EXERCISE: Your task is to copy all of the entries exactly as they are given.
________________________________________
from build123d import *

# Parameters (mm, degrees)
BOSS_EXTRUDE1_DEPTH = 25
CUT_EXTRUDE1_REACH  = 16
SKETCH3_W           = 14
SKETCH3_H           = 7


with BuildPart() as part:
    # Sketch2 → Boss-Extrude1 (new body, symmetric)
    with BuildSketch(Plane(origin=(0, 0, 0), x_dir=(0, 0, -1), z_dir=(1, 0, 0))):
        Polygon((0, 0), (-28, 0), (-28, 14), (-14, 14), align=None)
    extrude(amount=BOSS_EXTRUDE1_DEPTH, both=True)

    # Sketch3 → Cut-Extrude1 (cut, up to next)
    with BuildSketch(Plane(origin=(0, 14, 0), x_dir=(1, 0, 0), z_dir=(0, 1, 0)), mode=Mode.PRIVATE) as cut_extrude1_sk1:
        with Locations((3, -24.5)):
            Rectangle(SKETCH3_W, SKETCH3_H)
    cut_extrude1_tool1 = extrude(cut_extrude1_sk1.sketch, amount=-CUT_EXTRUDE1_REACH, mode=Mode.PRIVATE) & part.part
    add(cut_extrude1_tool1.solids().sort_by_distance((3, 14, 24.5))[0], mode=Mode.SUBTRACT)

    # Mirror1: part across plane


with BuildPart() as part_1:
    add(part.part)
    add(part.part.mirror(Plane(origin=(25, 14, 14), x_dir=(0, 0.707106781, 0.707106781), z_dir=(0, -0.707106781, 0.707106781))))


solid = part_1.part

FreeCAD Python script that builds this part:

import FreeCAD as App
import Part
import Sketcher

V = App.Vector
Q = App.Units.Quantity


def add_polygon(sketch, points):
    """Adds a closed chain of lines whose ends are joined by coincident constraints."""
    first, n = sketch.GeometryCount, len(points)
    for a, b in zip(points, points[1:] + points[:1]):
        sketch.addGeometry(Part.LineSegment(App.Vector(*a, 0), App.Vector(*b, 0)), False)
    for i in range(n):
        sketch.addConstraint(Sketcher.Constraint("Coincident", first + i, 2, first + (i + 1) % n, 1))

doc = App.newDocument("Part")
params = doc.addObject("Spreadsheet::Sheet", "Params")
for row, (alias, value) in enumerate([
    ("sketch1_width", "14 mm"),
    ("sketch1_height", "28 mm"),
    ("pad1_length", "50 mm"),
    ("sketch2_width", "14 mm"),
    ("sketch2_height", "7 mm"),
], start=1):
    params.set(f"A{row}", alias)
    params.set(f"B{row}", "=" + value)
    params.setAlias(f"B{row}", alias)

body = doc.addObject("PartDesign::Body", "Body")

sketch1 = doc.addObject("Sketcher::SketchObject", "Sketch")
body.addObject(sketch1)
sketch1.AttachmentSupport = (doc.YZ_Plane, [""])
sketch1.MapMode = "FlatFace"
add_polygon(sketch1, [(0, 28), (0, 0), (14, 14), (14, 28)])
sketch1.addConstraint([
    Sketcher.Constraint("Vertical", 0),
    Sketcher.Constraint("Vertical", 2),
    Sketcher.Constraint("Horizontal", 3),
    Sketcher.Constraint("Coincident", 0, 2, -1, 1),
    Sketcher.Constraint("Equal", 3, 2),
    Sketcher.Constraint("DistanceX", 3, 2, 3, 1, Q("14 mm")),
    Sketcher.Constraint("DistanceY", 0, 2, 0, 1, Q("28 mm")),
])
sketch1.setExpression("Constraints[9]", "Params.sketch1_width")
sketch1.setExpression("Constraints[10]", "Params.sketch1_height")
pad1 = doc.addObject("PartDesign::Pad", "Pad")
body.addObject(pad1)
pad1.Profile = sketch1
pad1.setExpression("Length", "Params.pad1_length")
pad1.Midplane = True

sketch2 = doc.addObject("Sketcher::SketchObject", "Sketch001")
body.addObject(sketch2)
sketch2.AttachmentSupport = (doc.XZ_Plane, [""])
sketch2.MapMode = "FlatFace"
sketch2.AttachmentOffset = App.Placement(V(0, 0, -14), App.Rotation())
add_polygon(sketch2, [(-4, 21), (-4, 28), (10, 28), (10, 21)])
sketch2.addConstraint([
    Sketcher.Constraint("Vertical", 0),
    Sketcher.Constraint("Horizontal", 1),
    Sketcher.Constraint("Vertical", 2),
    Sketcher.Constraint("Horizontal", 3),
    Sketcher.Constraint("DistanceX", 1, 1, 1, 2, Q("14 mm")),
    Sketcher.Constraint("DistanceY", 0, 1, 0, 2, Q("7 mm")),
    Sketcher.Constraint("DistanceX", 0, 2, -1, 1, Q("4 mm")),
    Sketcher.Constraint("DistanceY", -1, 1, 0, 2, Q("28 mm")),
])
sketch2.setExpression("Constraints[8]", "Params.sketch2_width")
sketch2.setExpression("Constraints[9]", "Params.sketch2_height")
pocket1 = doc.addObject("PartDesign::Pocket", "Pocket")
body.addObject(pocket1)
pocket1.Profile = sketch2
pocket1.Type = "UpToFirst"
pocket1.Reversed = True
body2 = doc.addObject("PartDesign::Body", "Body001")
doc.recompute()

body2.BaseFeature = body
doc.recompute()

mirroring = doc.addObject("Part::Mirroring", "Mirroring")
mirroring.Source = body
mirroring.Base = V(25, 14, 14)
mirroring.Normal = V(0, -0.707106781, 0.707106781)
body3 = doc.addObject("PartDesign::Body", "Body002")
body3.BaseFeature = mirroring
boolean = doc.addObject("PartDesign::Boolean", "Boolean")
body2.addObject(boolean)
boolean.Type = "Fuse"
boolean.addObjects([body3])
doc.recompute()
mirroring.Visibility = False

doc.recompute()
________________________________________
ANSWER TO THIS TASK:
from build123d import *

# Parameters (mm, degrees)
BOSS_EXTRUDE1_DEPTH = 25
CUT_EXTRUDE1_REACH  = 16
SKETCH3_W           = 14
SKETCH3_H           = 7


with BuildPart() as part:
    # Sketch2 → Boss-Extrude1 (new body, symmetric)
    with BuildSketch(Plane(origin=(0, 0, 0), x_dir=(0, 0, -1), z_dir=(1, 0, 0))):
        Polygon((0, 0), (-28, 0), (-28, 14), (-14, 14), align=None)
    extrude(amount=BOSS_EXTRUDE1_DEPTH, both=True)

    # Sketch3 → Cut-Extrude1 (cut, up to next)
    with BuildSketch(Plane(origin=(0, 14, 0), x_dir=(1, 0, 0), z_dir=(0, 1, 0)), mode=Mode.PRIVATE) as cut_extrude1_sk1:
        with Locations((3, -24.5)):
            Rectangle(SKETCH3_W, SKETCH3_H)
    cut_extrude1_tool1 = extrude(cut_extrude1_sk1.sketch, amount=-CUT_EXTRUDE1_REACH, mode=Mode.PRIVATE) & part.part
    add(cut_extrude1_tool1.solids().sort_by_distance((3, 14, 24.5))[0], mode=Mode.SUBTRACT)

    # Mirror1: part across plane


with BuildPart() as part_1:
    add(part.part)
    add(part.part.mirror(Plane(origin=(25, 14, 14), x_dir=(0, 0.707106781, 0.707106781), z_dir=(0, -0.707106781, 0.707106781))))


solid = part_1.part

FreeCAD Python script that builds this part:

import FreeCAD as App
import Part
import Sketcher

V = App.Vector
Q = App.Units.Quantity


def add_polygon(sketch, points):
    """Adds a closed chain of lines whose ends are joined by coincident constraints."""
    first, n = sketch.GeometryCount, len(points)
    for a, b in zip(points, points[1:] + points[:1]):
        sketch.addGeometry(Part.LineSegment(App.Vector(*a, 0), App.Vector(*b, 0)), False)
    for i in range(n):
        sketch.addConstraint(Sketcher.Constraint("Coincident", first + i, 2, first + (i + 1) % n, 1))

doc = App.newDocument("Part")
params = doc.addObject("Spreadsheet::Sheet", "Params")
for row, (alias, value) in enumerate([
    ("sketch1_width", "14 mm"),
    ("sketch1_height", "28 mm"),
    ("pad1_length", "50 mm"),
    ("sketch2_width", "14 mm"),
    ("sketch2_height", "7 mm"),
], start=1):
    params.set(f"A{row}", alias)
    params.set(f"B{row}", "=" + value)
    params.setAlias(f"B{row}", alias)

body = doc.addObject("PartDesign::Body", "Body")

sketch1 = doc.addObject("Sketcher::SketchObject", "Sketch")
body.addObject(sketch1)
sketch1.AttachmentSupport = (doc.YZ_Plane, [""])
sketch1.MapMode = "FlatFace"
add_polygon(sketch1, [(0, 28), (0, 0), (14, 14), (14, 28)])
sketch1.addConstraint([
    Sketcher.Constraint("Vertical", 0),
    Sketcher.Constraint("Vertical", 2),
    Sketcher.Constraint("Horizontal", 3),
    Sketcher.Constraint("Coincident", 0, 2, -1, 1),
    Sketcher.Constraint("Equal", 3, 2),
    Sketcher.Constraint("DistanceX", 3, 2, 3, 1, Q("14 mm")),
    Sketcher.Constraint("DistanceY", 0, 2, 0, 1, Q("28 mm")),
])
sketch1.setExpression("Constraints[9]", "Params.sketch1_width")
sketch1.setExpression("Constraints[10]", "Params.sketch1_height")
pad1 = doc.addObject("PartDesign::Pad", "Pad")
body.addObject(pad1)
pad1.Profile = sketch1
pad1.setExpression("Length", "Params.pad1_length")
pad1.Midplane = True

sketch2 = doc.addObject("Sketcher::SketchObject", "Sketch001")
body.addObject(sketch2)
sketch2.AttachmentSupport = (doc.XZ_Plane, [""])
sketch2.MapMode = "FlatFace"
sketch2.AttachmentOffset = App.Placement(V(0, 0, -14), App.Rotation())
add_polygon(sketch2, [(-4, 21), (-4, 28), (10, 28), (10, 21)])
sketch2.addConstraint([
    Sketcher.Constraint("Vertical", 0),
    Sketcher.Constraint("Horizontal", 1),
    Sketcher.Constraint("Vertical", 2),
    Sketcher.Constraint("Horizontal", 3),
    Sketcher.Constraint("DistanceX", 1, 1, 1, 2, Q("14 mm")),
    Sketcher.Constraint("DistanceY", 0, 1, 0, 2, Q("7 mm")),
    Sketcher.Constraint("DistanceX", 0, 2, -1, 1, Q("4 mm")),
    Sketcher.Constraint("DistanceY", -1, 1, 0, 2, Q("28 mm")),
])
sketch2.setExpression("Constraints[8]", "Params.sketch2_width")
sketch2.setExpression("Constraints[9]", "Params.sketch2_height")
pocket1 = doc.addObject("PartDesign::Pocket", "Pocket")
body.addObject(pocket1)
pocket1.Profile = sketch2
pocket1.Type = "UpToFirst"
pocket1.Reversed = True
body2 = doc.addObject("PartDesign::Body", "Body001")
doc.recompute()

body2.BaseFeature = body
doc.recompute()

mirroring = doc.addObject("Part::Mirroring", "Mirroring")
mirroring.Source = body
mirroring.Base = V(25, 14, 14)
mirroring.Normal = V(0, -0.707106781, 0.707106781)
body3 = doc.addObject("PartDesign::Body", "Body002")
body3.BaseFeature = mirroring
boolean = doc.addObject("PartDesign::Boolean", "Boolean")
body2.addObject(boolean)
boolean.Type = "Fuse"
boolean.addObjects([body3])
doc.recompute()
mirroring.Visibility = False

doc.recompute()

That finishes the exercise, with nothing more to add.